## Exercise directions
Please reproduce exactly the lines from the start of the records through the one containing "e38 v28 v29 LINE", and nothing more.

■ ■ ■

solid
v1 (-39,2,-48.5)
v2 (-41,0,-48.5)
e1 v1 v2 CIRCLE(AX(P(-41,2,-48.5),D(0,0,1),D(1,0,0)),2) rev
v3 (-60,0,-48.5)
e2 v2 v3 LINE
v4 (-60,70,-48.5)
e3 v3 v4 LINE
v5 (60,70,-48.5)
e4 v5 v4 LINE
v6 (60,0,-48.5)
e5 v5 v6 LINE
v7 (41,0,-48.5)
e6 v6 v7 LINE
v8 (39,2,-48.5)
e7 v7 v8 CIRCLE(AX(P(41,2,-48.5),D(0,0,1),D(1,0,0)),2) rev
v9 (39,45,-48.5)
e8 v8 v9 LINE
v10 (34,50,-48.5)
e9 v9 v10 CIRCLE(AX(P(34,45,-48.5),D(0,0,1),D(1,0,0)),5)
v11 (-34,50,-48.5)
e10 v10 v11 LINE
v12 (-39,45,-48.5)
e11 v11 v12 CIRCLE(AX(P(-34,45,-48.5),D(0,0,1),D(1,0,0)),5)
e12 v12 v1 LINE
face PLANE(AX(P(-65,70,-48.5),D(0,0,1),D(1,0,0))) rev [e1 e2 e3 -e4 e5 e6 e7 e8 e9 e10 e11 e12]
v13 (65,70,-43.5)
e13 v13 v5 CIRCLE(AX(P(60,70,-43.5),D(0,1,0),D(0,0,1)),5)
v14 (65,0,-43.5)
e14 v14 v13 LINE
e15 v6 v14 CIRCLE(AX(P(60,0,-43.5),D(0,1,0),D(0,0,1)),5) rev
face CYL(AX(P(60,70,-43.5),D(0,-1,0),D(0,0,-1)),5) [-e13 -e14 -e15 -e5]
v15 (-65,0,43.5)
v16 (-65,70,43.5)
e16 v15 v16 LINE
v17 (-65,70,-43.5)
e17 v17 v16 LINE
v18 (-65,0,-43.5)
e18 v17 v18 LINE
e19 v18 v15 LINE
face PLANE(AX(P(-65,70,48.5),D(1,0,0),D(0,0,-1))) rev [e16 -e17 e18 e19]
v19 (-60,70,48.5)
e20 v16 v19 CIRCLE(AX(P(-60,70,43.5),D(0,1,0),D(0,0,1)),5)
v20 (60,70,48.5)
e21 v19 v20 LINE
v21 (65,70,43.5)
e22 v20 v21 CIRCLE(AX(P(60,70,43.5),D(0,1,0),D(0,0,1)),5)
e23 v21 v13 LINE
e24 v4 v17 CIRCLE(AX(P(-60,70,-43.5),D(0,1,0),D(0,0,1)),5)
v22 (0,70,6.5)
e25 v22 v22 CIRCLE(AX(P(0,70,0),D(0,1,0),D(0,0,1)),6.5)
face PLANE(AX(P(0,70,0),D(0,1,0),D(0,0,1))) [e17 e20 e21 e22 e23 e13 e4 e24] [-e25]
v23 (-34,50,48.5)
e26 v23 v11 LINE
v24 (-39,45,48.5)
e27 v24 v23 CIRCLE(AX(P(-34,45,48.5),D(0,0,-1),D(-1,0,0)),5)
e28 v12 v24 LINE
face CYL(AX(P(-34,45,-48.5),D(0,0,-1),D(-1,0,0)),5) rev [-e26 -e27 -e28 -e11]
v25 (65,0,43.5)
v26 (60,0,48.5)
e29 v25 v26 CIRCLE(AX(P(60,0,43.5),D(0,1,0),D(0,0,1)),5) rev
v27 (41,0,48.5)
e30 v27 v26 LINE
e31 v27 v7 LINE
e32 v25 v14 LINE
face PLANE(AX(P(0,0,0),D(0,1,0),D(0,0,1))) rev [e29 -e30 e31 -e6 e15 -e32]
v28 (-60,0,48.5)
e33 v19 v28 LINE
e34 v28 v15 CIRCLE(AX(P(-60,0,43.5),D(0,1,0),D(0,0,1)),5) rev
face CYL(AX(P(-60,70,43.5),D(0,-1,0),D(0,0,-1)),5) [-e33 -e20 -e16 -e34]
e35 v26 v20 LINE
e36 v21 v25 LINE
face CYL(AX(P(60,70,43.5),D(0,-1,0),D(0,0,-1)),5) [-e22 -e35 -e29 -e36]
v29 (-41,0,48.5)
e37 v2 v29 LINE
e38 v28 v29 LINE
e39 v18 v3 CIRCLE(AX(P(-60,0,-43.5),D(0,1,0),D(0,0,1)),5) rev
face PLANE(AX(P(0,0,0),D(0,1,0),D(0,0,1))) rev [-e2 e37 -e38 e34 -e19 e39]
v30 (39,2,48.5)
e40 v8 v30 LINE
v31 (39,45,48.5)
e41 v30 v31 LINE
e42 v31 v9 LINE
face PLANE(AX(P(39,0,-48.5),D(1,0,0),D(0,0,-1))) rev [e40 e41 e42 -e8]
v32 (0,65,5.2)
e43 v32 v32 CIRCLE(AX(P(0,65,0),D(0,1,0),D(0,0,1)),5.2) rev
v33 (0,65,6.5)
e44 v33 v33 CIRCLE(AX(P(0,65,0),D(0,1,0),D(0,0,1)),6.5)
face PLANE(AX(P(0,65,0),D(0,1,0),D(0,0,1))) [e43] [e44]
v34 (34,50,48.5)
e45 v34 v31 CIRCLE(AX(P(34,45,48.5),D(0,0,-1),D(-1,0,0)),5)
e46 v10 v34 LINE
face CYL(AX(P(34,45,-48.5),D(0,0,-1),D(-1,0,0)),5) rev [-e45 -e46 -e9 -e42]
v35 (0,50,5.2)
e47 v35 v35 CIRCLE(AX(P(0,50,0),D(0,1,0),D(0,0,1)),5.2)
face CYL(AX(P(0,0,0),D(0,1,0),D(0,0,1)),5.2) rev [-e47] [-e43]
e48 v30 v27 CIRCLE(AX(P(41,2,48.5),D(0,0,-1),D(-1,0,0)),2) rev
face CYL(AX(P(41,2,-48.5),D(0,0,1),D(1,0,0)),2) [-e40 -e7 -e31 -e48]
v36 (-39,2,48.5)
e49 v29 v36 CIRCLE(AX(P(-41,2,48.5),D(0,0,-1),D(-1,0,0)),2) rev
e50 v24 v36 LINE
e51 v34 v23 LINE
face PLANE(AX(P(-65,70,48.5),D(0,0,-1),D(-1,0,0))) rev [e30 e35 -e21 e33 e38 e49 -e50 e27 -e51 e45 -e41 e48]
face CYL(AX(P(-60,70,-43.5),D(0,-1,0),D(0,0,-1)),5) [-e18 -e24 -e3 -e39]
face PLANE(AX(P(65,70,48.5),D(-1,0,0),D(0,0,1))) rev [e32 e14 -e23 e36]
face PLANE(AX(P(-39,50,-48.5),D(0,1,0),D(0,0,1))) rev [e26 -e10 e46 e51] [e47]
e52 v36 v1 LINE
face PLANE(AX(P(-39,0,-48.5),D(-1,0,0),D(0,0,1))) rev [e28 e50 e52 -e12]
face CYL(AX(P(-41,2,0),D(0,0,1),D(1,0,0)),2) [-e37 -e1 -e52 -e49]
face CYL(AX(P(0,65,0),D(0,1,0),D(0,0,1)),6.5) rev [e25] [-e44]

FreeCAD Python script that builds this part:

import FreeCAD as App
import Part
import Sketcher
Q = App.Units.Quantity


def edges_at(feature, points):
    """Names of the edges that pass closest to the given points."""
    edges = feature.Shape.Edges
    near = lambda p: min(range(len(edges)), key=lambda i: edges[i].distToShape(Part.Vertex(*p))[0])
    return sorted({f"Edge{near(p) + 1}" for p in points})

doc = App.newDocument("Part")
body = doc.addObject("PartDesign::Body", "Body")

sketch1 = body.newObject("Sketcher::SketchObject", "Sketch")
sketch1.AttachmentSupport = (doc.getObject("XZ_Plane"), [""])
sketch1.MapMode = "FlatFace"
sketch1.addGeometry([
    Part.LineSegment(App.Vector(-65, -48, 0), App.Vector(-65, 48, 0)),
    Part.LineSegment(App.Vector(-65, 48, 0), App.Vector(65, 48, 0)),
    Part.LineSegment(App.Vector(65, 48, 0), App.Vector(65, -48, 0)),
    Part.LineSegment(App.Vector(65, -48, 0), App.Vector(-65, -48, 0)),
], False)
sketch1.addConstraint([
    Sketcher.Constraint("Coincident", 0, 2, 1, 1),
    Sketcher.Constraint("Coincident", 1, 2, 2, 1),
    Sketcher.Constraint("Coincident", 2, 2, 3, 1),
    Sketcher.Constraint("Coincident", 3, 2, 0, 1),
    Sketcher.Constraint("Vertical", 0),
    Sketcher.Constraint("Horizontal", 1),
    Sketcher.Constraint("Vertical", 2),
    Sketcher.Constraint("Horizontal", 3),
    Sketcher.Constraint("Symmetric", 0, 2, 2, 2, -1, 1),
    Sketcher.Constraint("DistanceX", 1, 1, 1, 2, Q("130 mm")),
    Sketcher.Constraint("DistanceY", 0, 1, 0, 2, Q("97 mm")),
])
pad1 = body.newObject("PartDesign::Pad", "Pad")
pad1.Profile = sketch1
pad1.Length = 70
pad1.Reversed = True

sketch2 = body.newObject("Sketcher::SketchObject", "Sketch001")
sketch2.AttachmentSupport = (doc.getObject("XY_Plane"), [""])
sketch2.MapMode = "FlatFace"
sketch2.AttachmentOffset = App.Placement(App.Vector(0, 0, 48.5), App.Rotation())
sketch2.addGeometry([
    Part.LineSegment(App.Vector(-39, 50, 0), App.Vector(-39, 0, 0)),
    Part.LineSegment(App.Vector(-39, 0, 0), App.Vector(39, 0, 0)),
    Part.LineSegment(App.Vector(39, 0, 0), App.Vector(39, 50, 0)),
    Part.LineSegment(App.Vector(39, 50, 0), App.Vector(-39, 50, 0)),
], False)
sketch2.addConstraint([
    Sketcher.Constraint("Coincident", 0, 2, 1, 1),
    Sketcher.Constraint("Coincident", 1, 2, 2, 1),
    Sketcher.Constraint("Coincident", 2, 2, 3, 1),
    Sketcher.Constraint("Coincident", 3, 2, 0, 1),
    Sketcher.Constraint("Vertical", 0),
    Sketcher.Constraint("Horizontal", 1),
    Sketcher.Constraint("Vertical", 2),
    Sketcher.Constraint("Horizontal", 3),
    Sketcher.Constraint("Symmetric", 0, 2, 1, 2, -1, 1),
    Sketcher.Constraint("DistanceX", 1, 1, 1, 2, Q("78 mm")),
    Sketcher.Constraint("DistanceY", 0, 2, 0, 1, Q("50 mm")),
])
pocket1 = body.newObject("PartDesign::Pocket", "Pocket")
pocket1.Profile = sketch2
pocket1.Type = "ThroughAll"
doc.recompute()

fillet = body.newObject("PartDesign::Fillet", "Fillet")
fillet.Base = (pocket1, edges_at(pocket1, [(-39, 50, 0), (39, 50, 0)]))
fillet.Radius = 5

sketch3 = body.newObject("Sketcher::SketchObject", "Sketch002")
sketch3.AttachmentSupport = (doc.getObject("XZ_Plane"), [""])
sketch3.MapMode = "FlatFace"
sketch3.AttachmentOffset = App.Placement(App.Vector(0, 0, -70), App.Rotation())
sketch3.addGeometry(Part.Circle(App.Vector(0, 0, 0), App.Vector(0, 0, 1), 5), False)
sketch3.addConstraint([
    Sketcher.Constraint("Coincident", 0, 3, -1, 1),
    Sketcher.Constraint("Diameter", 0, Q("10.4 mm")),
])
pocket2 = body.newObject("PartDesign::Pocket", "Pocket001")
pocket2.Profile = sketch3
pocket2.Type = "ThroughAll"
pocket2.Reversed = True

sketch4 = body.newObject("Sketcher::SketchObject", "Sketch003")
sketch4.AttachmentSupport = (doc.getObject("XZ_Plane"), [""])
sketch4.MapMode = "FlatFace"
sketch4.AttachmentOffset = App.Placement(App.Vector(0, 0, -70), App.Rotation())
sketch4.addGeometry(Part.Circle(App.Vector(0, 0, 0), App.Vector(0, 0, 1), 6), False)
sketch4.addConstraint([
    Sketcher.Constraint("Coincident", 0, 3, -1, 1),
    Sketcher.Constraint("Diameter", 0, Q("13 mm")),
])
pocket3 = body.newObject("PartDesign::Pocket", "Pocket002")
pocket3.Profile = sketch4
pocket3.Length = 5
pocket3.Reversed = True
doc.recompute()

fillet2 = body.newObject("PartDesign::Fillet", "Fillet001")
fillet2.Base = (pocket3, edges_at(pocket3, [
    (-65, 35, 48.5),
    (-65, 35, -48.5),
    (65, 35, -48.5),
    (65, 35, 48.5),
]))
fillet2.Radius = 5
doc.recompute()

fillet3 = body.newObject("PartDesign::Fillet", "Fillet002")
fillet3.Base = (fillet2, edges_at(fillet2, [(-39, 0, 0), (39, 0, 0)]))
fillet3.Radius = 2

doc.recompute()
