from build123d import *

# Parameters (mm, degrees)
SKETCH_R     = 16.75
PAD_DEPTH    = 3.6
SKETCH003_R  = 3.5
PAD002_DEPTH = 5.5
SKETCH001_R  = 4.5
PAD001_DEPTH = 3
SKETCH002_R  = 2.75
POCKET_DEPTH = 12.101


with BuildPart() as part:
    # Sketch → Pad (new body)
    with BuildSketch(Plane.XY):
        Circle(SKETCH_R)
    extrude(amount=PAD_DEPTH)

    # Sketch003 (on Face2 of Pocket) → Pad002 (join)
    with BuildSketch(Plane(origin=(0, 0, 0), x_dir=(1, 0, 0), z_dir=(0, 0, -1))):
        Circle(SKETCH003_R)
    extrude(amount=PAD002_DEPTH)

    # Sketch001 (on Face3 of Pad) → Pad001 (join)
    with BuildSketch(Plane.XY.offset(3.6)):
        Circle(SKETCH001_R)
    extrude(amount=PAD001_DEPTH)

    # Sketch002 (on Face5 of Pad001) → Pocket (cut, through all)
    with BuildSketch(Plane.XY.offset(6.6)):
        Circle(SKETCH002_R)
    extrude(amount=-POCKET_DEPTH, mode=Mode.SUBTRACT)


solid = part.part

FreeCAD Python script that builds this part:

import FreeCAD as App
import Part
import Sketcher

doc = App.newDocument("Part")
params = doc.addObject("Spreadsheet::Sheet", "Params")
for row, (alias, value) in enumerate([
    ("sketch1_diameter", "33.5 mm"),
    ("pad1_length", "3.6 mm"),
    ("sketch2_diameter", "7 mm"),
    ("pad2_length", "5.5 mm"),
    ("sketch3_diameter", "9 mm"),
    ("pad3_length", "3 mm"),
    ("sketch4_diameter", "5.5 mm"),
], start=1):
    params.set(f"A{row}", alias)
    params.set(f"B{row}", "=" + value)
    params.setAlias(f"B{row}", alias)

body = doc.addObject("PartDesign::Body", "Body")

sketch1 = body.newObject("Sketcher::SketchObject", "Sketch")
sketch1.AttachmentSupport = (doc.getObject("XY_Plane"), [""])
sketch1.MapMode = "FlatFace"
sketch1.addGeometry(Part.Circle(App.Vector(0, 0, 0), App.Vector(0, 0, 1), 17), False)
sketch1.addConstraint([
    Sketcher.Constraint("Coincident", 0, 3, -1, 1),
    Sketcher.Constraint("Diameter", 0, 33.5),
])
sketch1.setExpression("Constraints[1]", "Params.sketch1_diameter")
pad1 = body.newObject("PartDesign::Pad", "Pad")
pad1.Profile = sketch1
pad1.setExpression("Length", "Params.pad1_length")

sketch2 = body.newObject("Sketcher::SketchObject", "Sketch001")
sketch2.AttachmentSupport = (doc.getObject("XY_Plane"), [""])
sketch2.MapMode = "FlatFace"
sketch2.addGeometry(Part.Circle(App.Vector(0, 0, 0), App.Vector(0, 0, 1), 3.5), False)
sketch2.addConstraint([
    Sketcher.Constraint("Coincident", 0, 3, -1, 1),
    Sketcher.Constraint("Diameter", 0, 7.0),
])
sketch2.setExpression("Constraints[1]", "Params.sketch2_diameter")
pad2 = body.newObject("PartDesign::Pad", "Pad001")
pad2.Profile = sketch2
pad2.setExpression("Length", "Params.pad2_length")
pad2.Reversed = True

sketch3 = body.newObject("Sketcher::SketchObject", "Sketch002")
sketch3.AttachmentSupport = (doc.getObject("XY_Plane"), [""])
sketch3.MapMode = "FlatFace"
sketch3.AttachmentOffset = App.Placement(App.Vector(0, 0, 3.6), App.Rotation())
sketch3.addGeometry(Part.Circle(App.Vector(0, 0, 0), App.Vector(0, 0, 1), 4.5), False)
sketch3.addConstraint([
    Sketcher.Constraint("Coincident", 0, 3, -1, 1),
    Sketcher.Constraint("Diameter", 0, 9.0),
])
sketch3.setExpression("Constraints[1]", "Params.sketch3_diameter")
pad3 = body.newObject("PartDesign::Pad", "Pad002")
pad3.Profile = sketch3
pad3.setExpression("Length", "Params.pad3_length")

sketch4 = body.newObject("Sketcher::SketchObject", "Sketch003")
sketch4.AttachmentSupport = (doc.getObject("XY_Plane"), [""])
sketch4.MapMode = "FlatFace"
sketch4.AttachmentOffset = App.Placement(App.Vector(0, 0, 6.6), App.Rotation())
sketch4.addGeometry(Part.Circle(App.Vector(0, 0, 0), App.Vector(0, 0, 1), 2.8), False)
sketch4.addConstraint([
    Sketcher.Constraint("Coincident", 0, 3, -1, 1),
    Sketcher.Constraint("Diameter", 0, 5.5),
])
sketch4.setExpression("Constraints[1]", "Params.sketch4_diameter")
pocket1 = body.newObject("PartDesign::Pocket", "Pocket")
pocket1.Profile = sketch4
pocket1.Type = "ThroughAll"

doc.recompute()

■ ■ ■

## Response to this task
solid
v1 (-39,2,-48.5)
v2 (-41,0,-48.5)
e1 v1 v2 CIRCLE(AX(P(-41,2,-48.5),D(0,0,1),D(1,0,0)),2) rev
v3 (-60,0,-48.5)
e2 v2 v3 LINE
v4 (-60,70,-48.5)
e3 v3 v4 LINE
v5 (60,70,-48.5)
e4 v5 v4 LINE
v6 (60,0,-48.5)
e5 v5 v6 LINE
v7 (41,0,-48.5)
e6 v6 v7 LINE
v8 (39,2,-48.5)
e7 v7 v8 CIRCLE(AX(P(41,2,-48.5),D(0,0,1),D(1,0,0)),2) rev
v9 (39,45,-48.5)
e8 v8 v9 LINE
v10 (34,50,-48.5)
e9 v9 v10 CIRCLE(AX(P(34,45,-48.5),D(0,0,1),D(1,0,0)),5)
v11 (-34,50,-48.5)
e10 v10 v11 LINE
v12 (-39,45,-48.5)
e11 v11 v12 CIRCLE(AX(P(-34,45,-48.5),D(0,0,1),D(1,0,0)),5)
e12 v12 v1 LINE
face PLANE(AX(P(-65,70,-48.5),D(0,0,1),D(1,0,0))) rev [e1 e2 e3 -e4 e5 e6 e7 e8 e9 e10 e11 e12]
v13 (65,70,-43.5)
e13 v13 v5 CIRCLE(AX(P(60,70,-43.5),D(0,1,0),D(0,0,1)),5)
v14 (65,0,-43.5)
e14 v14 v13 LINE
e15 v6 v14 CIRCLE(AX(P(60,0,-43.5),D(0,1,0),D(0,0,1)),5) rev
face CYL(AX(P(60,70,-43.5),D(0,-1,0),D(0,0,-1)),5) [-e13 -e14 -e15 -e5]
v15 (-65,0,43.5)
v16 (-65,70,43.5)
e16 v15 v16 LINE
v17 (-65,70,-43.5)
e17 v17 v16 LINE
v18 (-65,0,-43.5)
e18 v17 v18 LINE
e19 v18 v15 LINE
face PLANE(AX(P(-65,70,48.5),D(1,0,0),D(0,0,-1))) rev [e16 -e17 e18 e19]
v19 (-60,70,48.5)
e20 v16 v19 CIRCLE(AX(P(-60,70,43.5),D(0,1,0),D(0,0,1)),5)
v20 (60,70,48.5)
e21 v19 v20 LINE
v21 (65,70,43.5)
e22 v20 v21 CIRCLE(AX(P(60,70,43.5),D(0,1,0),D(0,0,1)),5)
e23 v21 v13 LINE
e24 v4 v17 CIRCLE(AX(P(-60,70,-43.5),D(0,1,0),D(0,0,1)),5)
v22 (0,70,6.5)
e25 v22 v22 CIRCLE(AX(P(0,70,0),D(0,1,0),D(0,0,1)),6.5)
face PLANE(AX(P(0,70,0),D(0,1,0),D(0,0,1))) [e17 e20 e21 e22 e23 e13 e4 e24] [-e25]
v23 (-34,50,48.5)
e26 v23 v11 LINE
v24 (-39,45,48.5)
e27 v24 v23 CIRCLE(AX(P(-34,45,48.5),D(0,0,-1),D(-1,0,0)),5)
e28 v12 v24 LINE
face CYL(AX(P(-34,45,-48.5),D(0,0,-1),D(-1,0,0)),5) rev [-e26 -e27 -e28 -e11]
v25 (65,0,43.5)
v26 (60,0,48.5)
e29 v25 v26 CIRCLE(AX(P(60,0,43.5),D(0,1,0),D(0,0,1)),5) rev
v27 (41,0,48.5)
e30 v27 v26 LINE
e31 v27 v7 LINE
e32 v25 v14 LINE
face PLANE(AX(P(0,0,0),D(0,1,0),D(0,0,1))) rev [e29 -e30 e31 -e6 e15 -e32]
v28 (-60,0,48.5)
e33 v19 v28 LINE
e34 v28 v15 CIRCLE(AX(P(-60,0,43.5),D(0,1,0),D(0,0,1)),5) rev
face CYL(AX(P(-60,70,43.5),D(0,-1,0),D(0,0,-1)),5) [-e33 -e20 -e16 -e34]
e35 v26 v20 LINE
e36 v21 v25 LINE
face CYL(AX(P(60,70,43.5),D(0,-1,0),D(0,0,-1)),5) [-e22 -e35 -e29 -e36]
v29 (-41,0,48.5)
e37 v2 v29 LINE
e38 v28 v29 LINE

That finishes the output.